- [WHAT YOU ARE ASKED TO DO]: Both the line below containing "v -59.908 22.979 0" and the line containing "v -59.805 -23.199 0", along with every line between them, should be repeated exactly; no other line belongs in the answer.

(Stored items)
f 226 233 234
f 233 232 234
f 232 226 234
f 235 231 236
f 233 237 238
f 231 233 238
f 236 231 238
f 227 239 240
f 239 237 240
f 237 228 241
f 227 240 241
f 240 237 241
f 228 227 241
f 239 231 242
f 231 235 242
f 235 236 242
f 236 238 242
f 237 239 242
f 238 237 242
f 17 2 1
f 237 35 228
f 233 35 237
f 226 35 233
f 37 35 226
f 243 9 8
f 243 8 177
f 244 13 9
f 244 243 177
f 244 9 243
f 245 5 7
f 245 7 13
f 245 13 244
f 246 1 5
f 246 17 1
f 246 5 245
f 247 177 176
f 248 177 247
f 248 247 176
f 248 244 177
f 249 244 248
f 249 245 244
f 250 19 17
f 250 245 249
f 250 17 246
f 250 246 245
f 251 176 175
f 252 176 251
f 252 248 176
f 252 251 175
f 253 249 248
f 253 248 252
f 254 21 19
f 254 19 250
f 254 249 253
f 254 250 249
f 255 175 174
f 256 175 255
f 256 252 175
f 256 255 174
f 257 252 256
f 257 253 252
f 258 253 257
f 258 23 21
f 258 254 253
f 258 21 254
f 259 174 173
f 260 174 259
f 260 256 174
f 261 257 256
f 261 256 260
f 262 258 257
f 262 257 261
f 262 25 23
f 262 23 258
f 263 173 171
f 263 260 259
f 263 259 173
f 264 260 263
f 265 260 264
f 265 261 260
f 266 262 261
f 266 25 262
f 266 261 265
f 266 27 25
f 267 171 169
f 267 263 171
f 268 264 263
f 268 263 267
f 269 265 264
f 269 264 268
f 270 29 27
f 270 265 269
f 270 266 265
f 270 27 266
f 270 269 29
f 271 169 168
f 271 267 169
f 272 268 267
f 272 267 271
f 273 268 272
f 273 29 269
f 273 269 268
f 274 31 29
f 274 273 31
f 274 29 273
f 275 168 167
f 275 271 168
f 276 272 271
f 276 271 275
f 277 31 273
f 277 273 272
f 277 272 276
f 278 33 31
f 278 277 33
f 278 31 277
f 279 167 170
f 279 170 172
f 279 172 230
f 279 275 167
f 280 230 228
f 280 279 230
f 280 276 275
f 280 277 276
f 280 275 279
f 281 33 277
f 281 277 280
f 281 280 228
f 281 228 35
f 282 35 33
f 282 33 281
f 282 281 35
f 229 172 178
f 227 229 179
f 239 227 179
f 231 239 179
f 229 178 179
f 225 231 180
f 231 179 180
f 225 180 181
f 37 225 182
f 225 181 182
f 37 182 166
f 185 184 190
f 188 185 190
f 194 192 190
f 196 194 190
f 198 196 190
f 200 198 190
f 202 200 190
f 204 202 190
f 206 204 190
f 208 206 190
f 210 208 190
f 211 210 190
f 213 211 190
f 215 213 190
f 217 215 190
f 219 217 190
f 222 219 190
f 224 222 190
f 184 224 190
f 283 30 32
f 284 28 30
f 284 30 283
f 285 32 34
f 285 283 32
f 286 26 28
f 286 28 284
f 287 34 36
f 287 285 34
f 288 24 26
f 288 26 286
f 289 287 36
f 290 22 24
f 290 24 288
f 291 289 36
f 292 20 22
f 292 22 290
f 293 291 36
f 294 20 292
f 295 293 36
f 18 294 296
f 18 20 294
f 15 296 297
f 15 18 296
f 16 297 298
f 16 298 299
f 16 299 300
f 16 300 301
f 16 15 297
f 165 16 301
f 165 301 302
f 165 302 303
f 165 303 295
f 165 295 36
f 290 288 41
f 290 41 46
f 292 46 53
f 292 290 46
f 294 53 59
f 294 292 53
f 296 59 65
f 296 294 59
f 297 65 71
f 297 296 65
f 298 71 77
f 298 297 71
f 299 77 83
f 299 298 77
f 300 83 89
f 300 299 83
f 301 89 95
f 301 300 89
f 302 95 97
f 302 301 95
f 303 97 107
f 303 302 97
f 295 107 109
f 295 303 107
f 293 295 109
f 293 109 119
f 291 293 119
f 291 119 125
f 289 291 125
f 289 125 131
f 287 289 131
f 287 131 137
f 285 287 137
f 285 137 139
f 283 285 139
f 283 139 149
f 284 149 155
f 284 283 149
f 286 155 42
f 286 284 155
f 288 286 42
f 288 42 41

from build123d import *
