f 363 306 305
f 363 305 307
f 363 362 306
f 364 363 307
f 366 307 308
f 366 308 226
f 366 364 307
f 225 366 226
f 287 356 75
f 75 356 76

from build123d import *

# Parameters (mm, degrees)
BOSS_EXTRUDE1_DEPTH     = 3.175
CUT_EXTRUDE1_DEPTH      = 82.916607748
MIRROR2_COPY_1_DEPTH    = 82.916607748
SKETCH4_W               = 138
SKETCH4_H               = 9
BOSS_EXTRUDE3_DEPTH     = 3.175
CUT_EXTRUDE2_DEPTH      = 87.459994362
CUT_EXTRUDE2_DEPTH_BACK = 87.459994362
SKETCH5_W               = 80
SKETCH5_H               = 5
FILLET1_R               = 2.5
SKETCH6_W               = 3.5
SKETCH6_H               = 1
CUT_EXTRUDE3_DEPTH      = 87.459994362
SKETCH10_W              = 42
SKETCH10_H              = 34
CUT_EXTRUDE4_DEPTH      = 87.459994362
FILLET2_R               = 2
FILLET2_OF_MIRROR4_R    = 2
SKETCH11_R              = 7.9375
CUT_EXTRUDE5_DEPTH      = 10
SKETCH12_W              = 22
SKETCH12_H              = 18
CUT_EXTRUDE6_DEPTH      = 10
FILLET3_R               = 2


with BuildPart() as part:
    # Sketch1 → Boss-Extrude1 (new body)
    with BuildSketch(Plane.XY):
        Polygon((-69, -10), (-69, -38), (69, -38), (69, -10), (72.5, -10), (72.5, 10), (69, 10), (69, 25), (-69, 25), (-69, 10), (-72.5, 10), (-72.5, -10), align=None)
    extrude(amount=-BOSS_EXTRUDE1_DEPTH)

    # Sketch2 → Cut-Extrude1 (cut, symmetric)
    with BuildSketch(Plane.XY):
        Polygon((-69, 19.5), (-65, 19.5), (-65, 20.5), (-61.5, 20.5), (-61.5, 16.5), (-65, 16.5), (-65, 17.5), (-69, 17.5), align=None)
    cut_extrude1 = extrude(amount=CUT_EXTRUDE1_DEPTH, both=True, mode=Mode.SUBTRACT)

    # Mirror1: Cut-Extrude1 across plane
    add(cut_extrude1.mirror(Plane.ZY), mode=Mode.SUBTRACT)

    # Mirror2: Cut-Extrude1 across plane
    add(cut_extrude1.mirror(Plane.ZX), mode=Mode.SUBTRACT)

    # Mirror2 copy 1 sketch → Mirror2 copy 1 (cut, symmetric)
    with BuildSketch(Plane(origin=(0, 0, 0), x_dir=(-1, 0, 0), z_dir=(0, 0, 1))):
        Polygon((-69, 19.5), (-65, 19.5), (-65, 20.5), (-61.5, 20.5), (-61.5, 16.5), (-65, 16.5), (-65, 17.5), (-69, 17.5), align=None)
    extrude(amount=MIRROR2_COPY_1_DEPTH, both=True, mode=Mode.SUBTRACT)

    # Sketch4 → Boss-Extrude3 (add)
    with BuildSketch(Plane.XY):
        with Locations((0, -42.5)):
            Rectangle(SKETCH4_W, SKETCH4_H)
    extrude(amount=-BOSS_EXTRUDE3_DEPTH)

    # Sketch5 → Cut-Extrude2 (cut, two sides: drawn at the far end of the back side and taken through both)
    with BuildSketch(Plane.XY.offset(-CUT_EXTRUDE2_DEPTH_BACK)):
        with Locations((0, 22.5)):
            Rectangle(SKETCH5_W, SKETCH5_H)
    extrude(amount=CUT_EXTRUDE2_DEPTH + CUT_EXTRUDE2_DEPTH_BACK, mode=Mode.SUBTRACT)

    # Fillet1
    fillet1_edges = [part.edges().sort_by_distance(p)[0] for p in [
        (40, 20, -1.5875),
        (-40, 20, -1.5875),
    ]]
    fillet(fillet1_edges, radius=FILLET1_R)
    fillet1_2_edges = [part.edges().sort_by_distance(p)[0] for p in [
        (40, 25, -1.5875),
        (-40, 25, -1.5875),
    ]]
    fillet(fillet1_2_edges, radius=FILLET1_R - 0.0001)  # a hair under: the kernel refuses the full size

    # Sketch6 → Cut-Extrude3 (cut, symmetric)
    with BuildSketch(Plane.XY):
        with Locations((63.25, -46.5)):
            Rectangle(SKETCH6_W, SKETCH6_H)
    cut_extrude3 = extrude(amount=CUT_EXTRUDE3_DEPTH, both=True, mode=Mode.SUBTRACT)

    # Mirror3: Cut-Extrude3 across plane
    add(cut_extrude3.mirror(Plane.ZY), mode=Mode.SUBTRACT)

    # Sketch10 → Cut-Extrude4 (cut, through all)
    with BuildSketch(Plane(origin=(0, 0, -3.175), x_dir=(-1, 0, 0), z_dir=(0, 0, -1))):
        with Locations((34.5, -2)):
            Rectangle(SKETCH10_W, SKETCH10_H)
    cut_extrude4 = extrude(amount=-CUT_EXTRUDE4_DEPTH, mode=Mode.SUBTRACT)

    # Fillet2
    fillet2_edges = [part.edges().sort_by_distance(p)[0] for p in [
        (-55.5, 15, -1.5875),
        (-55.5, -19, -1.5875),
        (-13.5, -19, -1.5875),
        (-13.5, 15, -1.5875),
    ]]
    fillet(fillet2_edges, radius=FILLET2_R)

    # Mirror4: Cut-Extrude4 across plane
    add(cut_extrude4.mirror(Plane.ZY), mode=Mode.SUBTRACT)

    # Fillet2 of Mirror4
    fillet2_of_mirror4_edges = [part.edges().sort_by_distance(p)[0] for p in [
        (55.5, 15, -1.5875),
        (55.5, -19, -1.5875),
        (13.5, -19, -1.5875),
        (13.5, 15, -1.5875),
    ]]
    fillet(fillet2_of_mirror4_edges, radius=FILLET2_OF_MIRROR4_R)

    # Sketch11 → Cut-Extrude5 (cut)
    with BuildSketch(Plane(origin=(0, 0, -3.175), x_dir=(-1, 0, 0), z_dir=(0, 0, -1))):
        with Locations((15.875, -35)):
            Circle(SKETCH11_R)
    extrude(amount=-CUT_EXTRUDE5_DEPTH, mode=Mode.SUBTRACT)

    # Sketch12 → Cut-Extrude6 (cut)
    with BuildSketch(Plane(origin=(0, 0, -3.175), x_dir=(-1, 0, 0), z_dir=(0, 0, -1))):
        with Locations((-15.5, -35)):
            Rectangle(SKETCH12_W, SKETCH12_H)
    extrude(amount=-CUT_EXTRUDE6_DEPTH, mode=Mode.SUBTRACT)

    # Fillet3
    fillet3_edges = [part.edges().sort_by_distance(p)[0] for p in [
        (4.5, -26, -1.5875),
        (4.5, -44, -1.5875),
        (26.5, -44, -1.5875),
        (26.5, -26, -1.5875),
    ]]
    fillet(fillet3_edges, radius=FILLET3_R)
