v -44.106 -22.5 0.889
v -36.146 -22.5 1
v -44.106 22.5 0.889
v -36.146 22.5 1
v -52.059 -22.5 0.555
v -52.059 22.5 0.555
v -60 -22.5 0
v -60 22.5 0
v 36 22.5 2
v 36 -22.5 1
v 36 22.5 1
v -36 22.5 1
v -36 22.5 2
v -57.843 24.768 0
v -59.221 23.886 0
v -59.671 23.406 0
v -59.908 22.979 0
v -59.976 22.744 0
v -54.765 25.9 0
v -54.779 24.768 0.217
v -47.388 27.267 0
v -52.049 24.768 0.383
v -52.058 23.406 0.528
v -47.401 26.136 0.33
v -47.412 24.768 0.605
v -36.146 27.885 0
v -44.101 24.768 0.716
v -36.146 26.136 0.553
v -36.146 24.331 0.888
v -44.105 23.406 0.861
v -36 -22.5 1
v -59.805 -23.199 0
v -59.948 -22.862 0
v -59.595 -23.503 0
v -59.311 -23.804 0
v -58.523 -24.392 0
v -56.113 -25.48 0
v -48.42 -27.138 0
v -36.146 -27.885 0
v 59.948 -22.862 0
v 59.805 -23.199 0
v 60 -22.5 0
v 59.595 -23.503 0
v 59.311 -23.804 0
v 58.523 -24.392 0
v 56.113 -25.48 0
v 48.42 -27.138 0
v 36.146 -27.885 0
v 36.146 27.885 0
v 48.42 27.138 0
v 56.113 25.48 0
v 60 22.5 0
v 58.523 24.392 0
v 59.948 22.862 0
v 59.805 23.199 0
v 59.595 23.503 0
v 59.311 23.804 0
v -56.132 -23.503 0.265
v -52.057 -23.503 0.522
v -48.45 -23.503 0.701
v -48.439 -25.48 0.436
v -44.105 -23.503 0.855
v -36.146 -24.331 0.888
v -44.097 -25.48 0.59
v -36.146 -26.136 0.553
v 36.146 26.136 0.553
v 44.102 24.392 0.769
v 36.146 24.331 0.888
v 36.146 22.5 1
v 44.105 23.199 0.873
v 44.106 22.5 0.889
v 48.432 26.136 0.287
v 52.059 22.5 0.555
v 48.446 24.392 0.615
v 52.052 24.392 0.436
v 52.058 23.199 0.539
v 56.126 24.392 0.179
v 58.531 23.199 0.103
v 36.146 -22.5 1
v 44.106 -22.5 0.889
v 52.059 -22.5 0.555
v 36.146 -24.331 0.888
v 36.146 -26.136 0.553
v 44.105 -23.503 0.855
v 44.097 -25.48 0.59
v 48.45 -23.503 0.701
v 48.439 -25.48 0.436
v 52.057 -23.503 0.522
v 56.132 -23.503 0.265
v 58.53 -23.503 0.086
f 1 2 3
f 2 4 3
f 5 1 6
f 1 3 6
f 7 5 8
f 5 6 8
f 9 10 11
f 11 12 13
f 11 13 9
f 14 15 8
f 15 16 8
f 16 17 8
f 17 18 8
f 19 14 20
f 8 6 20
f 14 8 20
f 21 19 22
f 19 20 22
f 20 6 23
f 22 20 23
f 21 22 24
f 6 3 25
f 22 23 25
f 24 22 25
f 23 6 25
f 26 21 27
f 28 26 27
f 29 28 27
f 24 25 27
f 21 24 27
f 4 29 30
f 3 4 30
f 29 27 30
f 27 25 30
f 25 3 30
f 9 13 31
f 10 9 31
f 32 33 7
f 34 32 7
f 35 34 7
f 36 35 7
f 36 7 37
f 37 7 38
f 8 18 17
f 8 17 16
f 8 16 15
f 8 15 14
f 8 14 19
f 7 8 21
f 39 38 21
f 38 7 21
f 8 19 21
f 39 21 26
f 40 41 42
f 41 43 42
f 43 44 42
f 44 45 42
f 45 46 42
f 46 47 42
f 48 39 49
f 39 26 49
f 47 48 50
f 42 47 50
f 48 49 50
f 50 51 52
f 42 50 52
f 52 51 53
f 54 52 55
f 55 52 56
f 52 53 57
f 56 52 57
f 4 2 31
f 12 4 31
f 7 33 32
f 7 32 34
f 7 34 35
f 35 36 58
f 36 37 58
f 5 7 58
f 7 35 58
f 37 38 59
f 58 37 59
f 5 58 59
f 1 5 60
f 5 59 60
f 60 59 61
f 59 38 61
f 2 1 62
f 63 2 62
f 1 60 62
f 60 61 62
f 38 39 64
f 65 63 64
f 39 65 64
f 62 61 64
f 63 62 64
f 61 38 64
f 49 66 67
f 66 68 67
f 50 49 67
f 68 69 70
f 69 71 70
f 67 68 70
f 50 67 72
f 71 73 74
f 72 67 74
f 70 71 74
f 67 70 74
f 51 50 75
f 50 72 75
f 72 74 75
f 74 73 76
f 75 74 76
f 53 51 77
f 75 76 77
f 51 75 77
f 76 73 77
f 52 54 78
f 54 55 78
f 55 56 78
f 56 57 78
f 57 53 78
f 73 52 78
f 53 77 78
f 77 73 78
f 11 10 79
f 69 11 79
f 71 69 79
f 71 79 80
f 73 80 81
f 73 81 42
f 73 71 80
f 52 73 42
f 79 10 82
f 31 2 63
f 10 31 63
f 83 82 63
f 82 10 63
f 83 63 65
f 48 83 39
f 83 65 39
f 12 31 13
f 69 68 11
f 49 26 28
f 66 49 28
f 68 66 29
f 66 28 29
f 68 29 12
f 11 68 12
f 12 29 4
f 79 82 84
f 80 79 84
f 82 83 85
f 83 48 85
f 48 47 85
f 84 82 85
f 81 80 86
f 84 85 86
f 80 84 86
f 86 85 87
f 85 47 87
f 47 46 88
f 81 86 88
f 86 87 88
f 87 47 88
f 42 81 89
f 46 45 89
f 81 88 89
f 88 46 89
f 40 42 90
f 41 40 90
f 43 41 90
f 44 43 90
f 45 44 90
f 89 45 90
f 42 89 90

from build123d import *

# Parameters (mm, degrees)
F0_W         = 120
F0_H         = 75
F1_DEPTH     = 1
F0_W_2       = 24
F0_H_2       = 45
F2_DEPTH     = 2
F3_DEPTH     = 2
F4_DEPTH     = 2
F6_DEPTH     = 1000
F7_T1_DEPTH  = 194.2686044191
F8_T1_DEPTH  = 194.2686044191
F9_T1_DEPTH  = 72.2925582324
F9_T4_ANGLE  = 12.3400437426
F9_T6_ANGLE  = 12.3400437426
F10_T1_DEPTH = 72.2925582324
F10_T4_ANGLE = 12.3400437426
F10_T6_ANGLE = 12.3400437426


# Not quite as in the source:
# - a fillet or chamfer that OpenCascade refuses, or shapes differently, is made with other operations: its cross-section is extruded or revolved along the edge and cut away or added


with BuildPart() as f1:
    # F0 (on Top) → F1 (new body)
    with BuildSketch(Plane.XY):
        Rectangle(F0_W, F0_H)
        Polygon((-36, -22.5), (-36, 22.5), (-12, 22.5), (12, 22.5), (36, 22.5), (36, -22.5), (12, -22.5), (-12, -22.5), align=None, mode=Mode.SUBTRACT)
    extrude(amount=F1_DEPTH)

    # F0 (on Top) → F2 (join)
    with BuildSketch(Plane.XY):
        with Locations((-24, 0)):
            Rectangle(F0_W_2, F0_H_2)
    extrude(amount=F2_DEPTH)

    # F0 (on Top) → F3 (join)
    with BuildSketch(Plane.XY):
        Rectangle(F0_W_2, F0_H_2)
    extrude(amount=F3_DEPTH)

    # F0 (on Top) → F4 (join)
    with BuildSketch(Plane.XY):
        with Locations((24, 0)):
            Rectangle(F0_W_2, F0_H_2)
    extrude(amount=F4_DEPTH)

    # F5 (on face) → F6 (cut)
    with BuildSketch(Plane(origin=(-60, 0, 0), x_dir=(0, -1, 0), z_dir=(-1, 0, 0))):
        Polygon((22.5, 2), (-22.5, 2), (22.5, 1), align=None)
    extrude(amount=-F6_DEPTH, mode=Mode.SUBTRACT)

    # F7: fillet of radius 285 on 1 edges, made by hand

    # F7_s2 → F7_t1 (cut)
    with BuildSketch(Plane.XZ.offset(-97.1343022095)):
        with BuildLine():
            ThreePointArc((-36.1462791162, 1), (-48.0836155025, 0.7498902546), (-60, 0))
            Line((-60, 0), (-60, 1))
            Line((-60, 1), (-36.1462791162, 1))
        make_face()
    extrude(amount=F7_T1_DEPTH, mode=Mode.SUBTRACT)

    # F8: fillet of radius 285 on 1 edges, made by hand

    # F8_s2 → F8_t1 (cut)
    with BuildSketch(Plane.XZ.offset(-97.1343022095)):
        with BuildLine():
            ThreePointArc((36.1462791162, 1), (48.0836155025, 0.7498902546), (60, 0))
            Line((60, 0), (60, 1))
            Line((60, 1), (36.1462791162, 1))
        make_face()
    extrude(amount=F8_T1_DEPTH, mode=Mode.SUBTRACT)

    # F9: fillet of radius 15 on 1 edges, made by hand

    # F9_s2 → F9_t1 (cut)
    with BuildSketch(Plane.YZ.offset(-36.1462791162)):
        with BuildLine():
            ThreePointArc((-22.5, 1), (-33.1066017178, -3.3933982822), (-37.5, -14))
            Line((-37.5, -14), (-37.5, 1))
            Line((-37.5, 1), (-22.5, 1))
        make_face()
    extrude(amount=F9_T1_DEPTH, mode=Mode.SUBTRACT)

    # F9_s3 → F9_t4 (revolve, cut)
    with BuildSketch(Plane(origin=(-93.7876438564, 0, -20.5176876571), x_dir=(0, 1, 0), z_dir=(-0.9768964499, 0, -0.2137131866))):
        with BuildLine():
            ThreePointArc((-22.5, -15.2863447158), (-33.1066017178, -10.8929464336), (-37.5, -0.2863447158))
            Line((-37.5, -0.2863447158), (-37.5, -15.2863447158))
            Line((-37.5, -15.2863447158), (-22.5, -15.2863447158))
        make_face()
    revolve(axis=Axis((-36.1462791167, -37.5, -283.9999999893), (0, 1, 0)), revolution_arc=F9_T4_ANGLE, mode=Mode.SUBTRACT)

    # F9_s5 → F9_t6 (revolve, cut)
    with BuildSketch(Plane.YZ.offset(36.1462791167)):
        with BuildLine():
            ThreePointArc((-22.5, 1), (-33.1066017178, -3.3933982822), (-37.5, -14))
            Line((-37.5, -14), (-37.5, 1))
            Line((-37.5, 1), (-22.5, 1))
        make_face()
    revolve(axis=Axis((36.1462791167, -37.5, -283.9999999893), (0, 1, 0)), revolution_arc=F9_T6_ANGLE, mode=Mode.SUBTRACT)

    # F10: fillet of radius 15 on 1 edges, made by hand

    # F10_s2 → F10_t1 (cut)
    with BuildSketch(Plane.YZ.offset(-36.1462791162)):
        with BuildLine():
            ThreePointArc((37.5, -14), (33.1066017178, -3.3933982822), (22.5, 1))
            Line((22.5, 1), (37.5, 1))
            Line((37.5, 1), (37.5, -14))
        make_face()
    extrude(amount=F10_T1_DEPTH, mode=Mode.SUBTRACT)

    # F10_s3 → F10_t4 (revolve, cut)
    with BuildSketch(Plane.YZ.offset(36.1462791167)):
        with BuildLine():
            ThreePointArc((37.5, -14), (33.1066017178, -3.3933982822), (22.5, 1))
            Line((22.5, 1), (37.5, 1))
            Line((37.5, 1), (37.5, -14))
        make_face()
    revolve(axis=Axis((36.1462791167, 37.5, -283.9999999893), (0, 1, 0)), revolution_arc=F10_T4_ANGLE, mode=Mode.SUBTRACT)

    # F10_s5 → F10_t6 (revolve, cut)
    with BuildSketch(Plane(origin=(-93.7876438564, 0, -20.5176876571), x_dir=(0, 1, 0), z_dir=(-0.9768964499, 0, -0.2137131866))):
        with BuildLine():
            ThreePointArc((37.5, -0.2863447158), (33.1066017178, -10.8929464336), (22.5, -15.2863447158))
            Line((22.5, -15.2863447158), (37.5, -15.2863447158))
            Line((37.5, -15.2863447158), (37.5, -0.2863447158))
        make_face()
    revolve(axis=Axis((-36.1462791167, 37.5, -283.9999999893), (0, 1, 0)), revolution_arc=F10_T6_ANGLE, mode=Mode.SUBTRACT)


solid = f1.part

- [ANSWER SPACE]:
v -59.908 22.979 0
v -59.976 22.744 0
v -54.765 25.9 0
v -54.779 24.768 0.217
v -47.388 27.267 0
v -52.049 24.768 0.383
v -52.058 23.406 0.528
v -47.401 26.136 0.33
v -47.412 24.768 0.605
v -36.146 27.885 0
v -44.101 24.768 0.716
v -36.146 26.136 0.553
v -36.146 24.331 0.888
v -44.105 23.406 0.861
v -36 -22.5 1
v -59.805 -23.199 0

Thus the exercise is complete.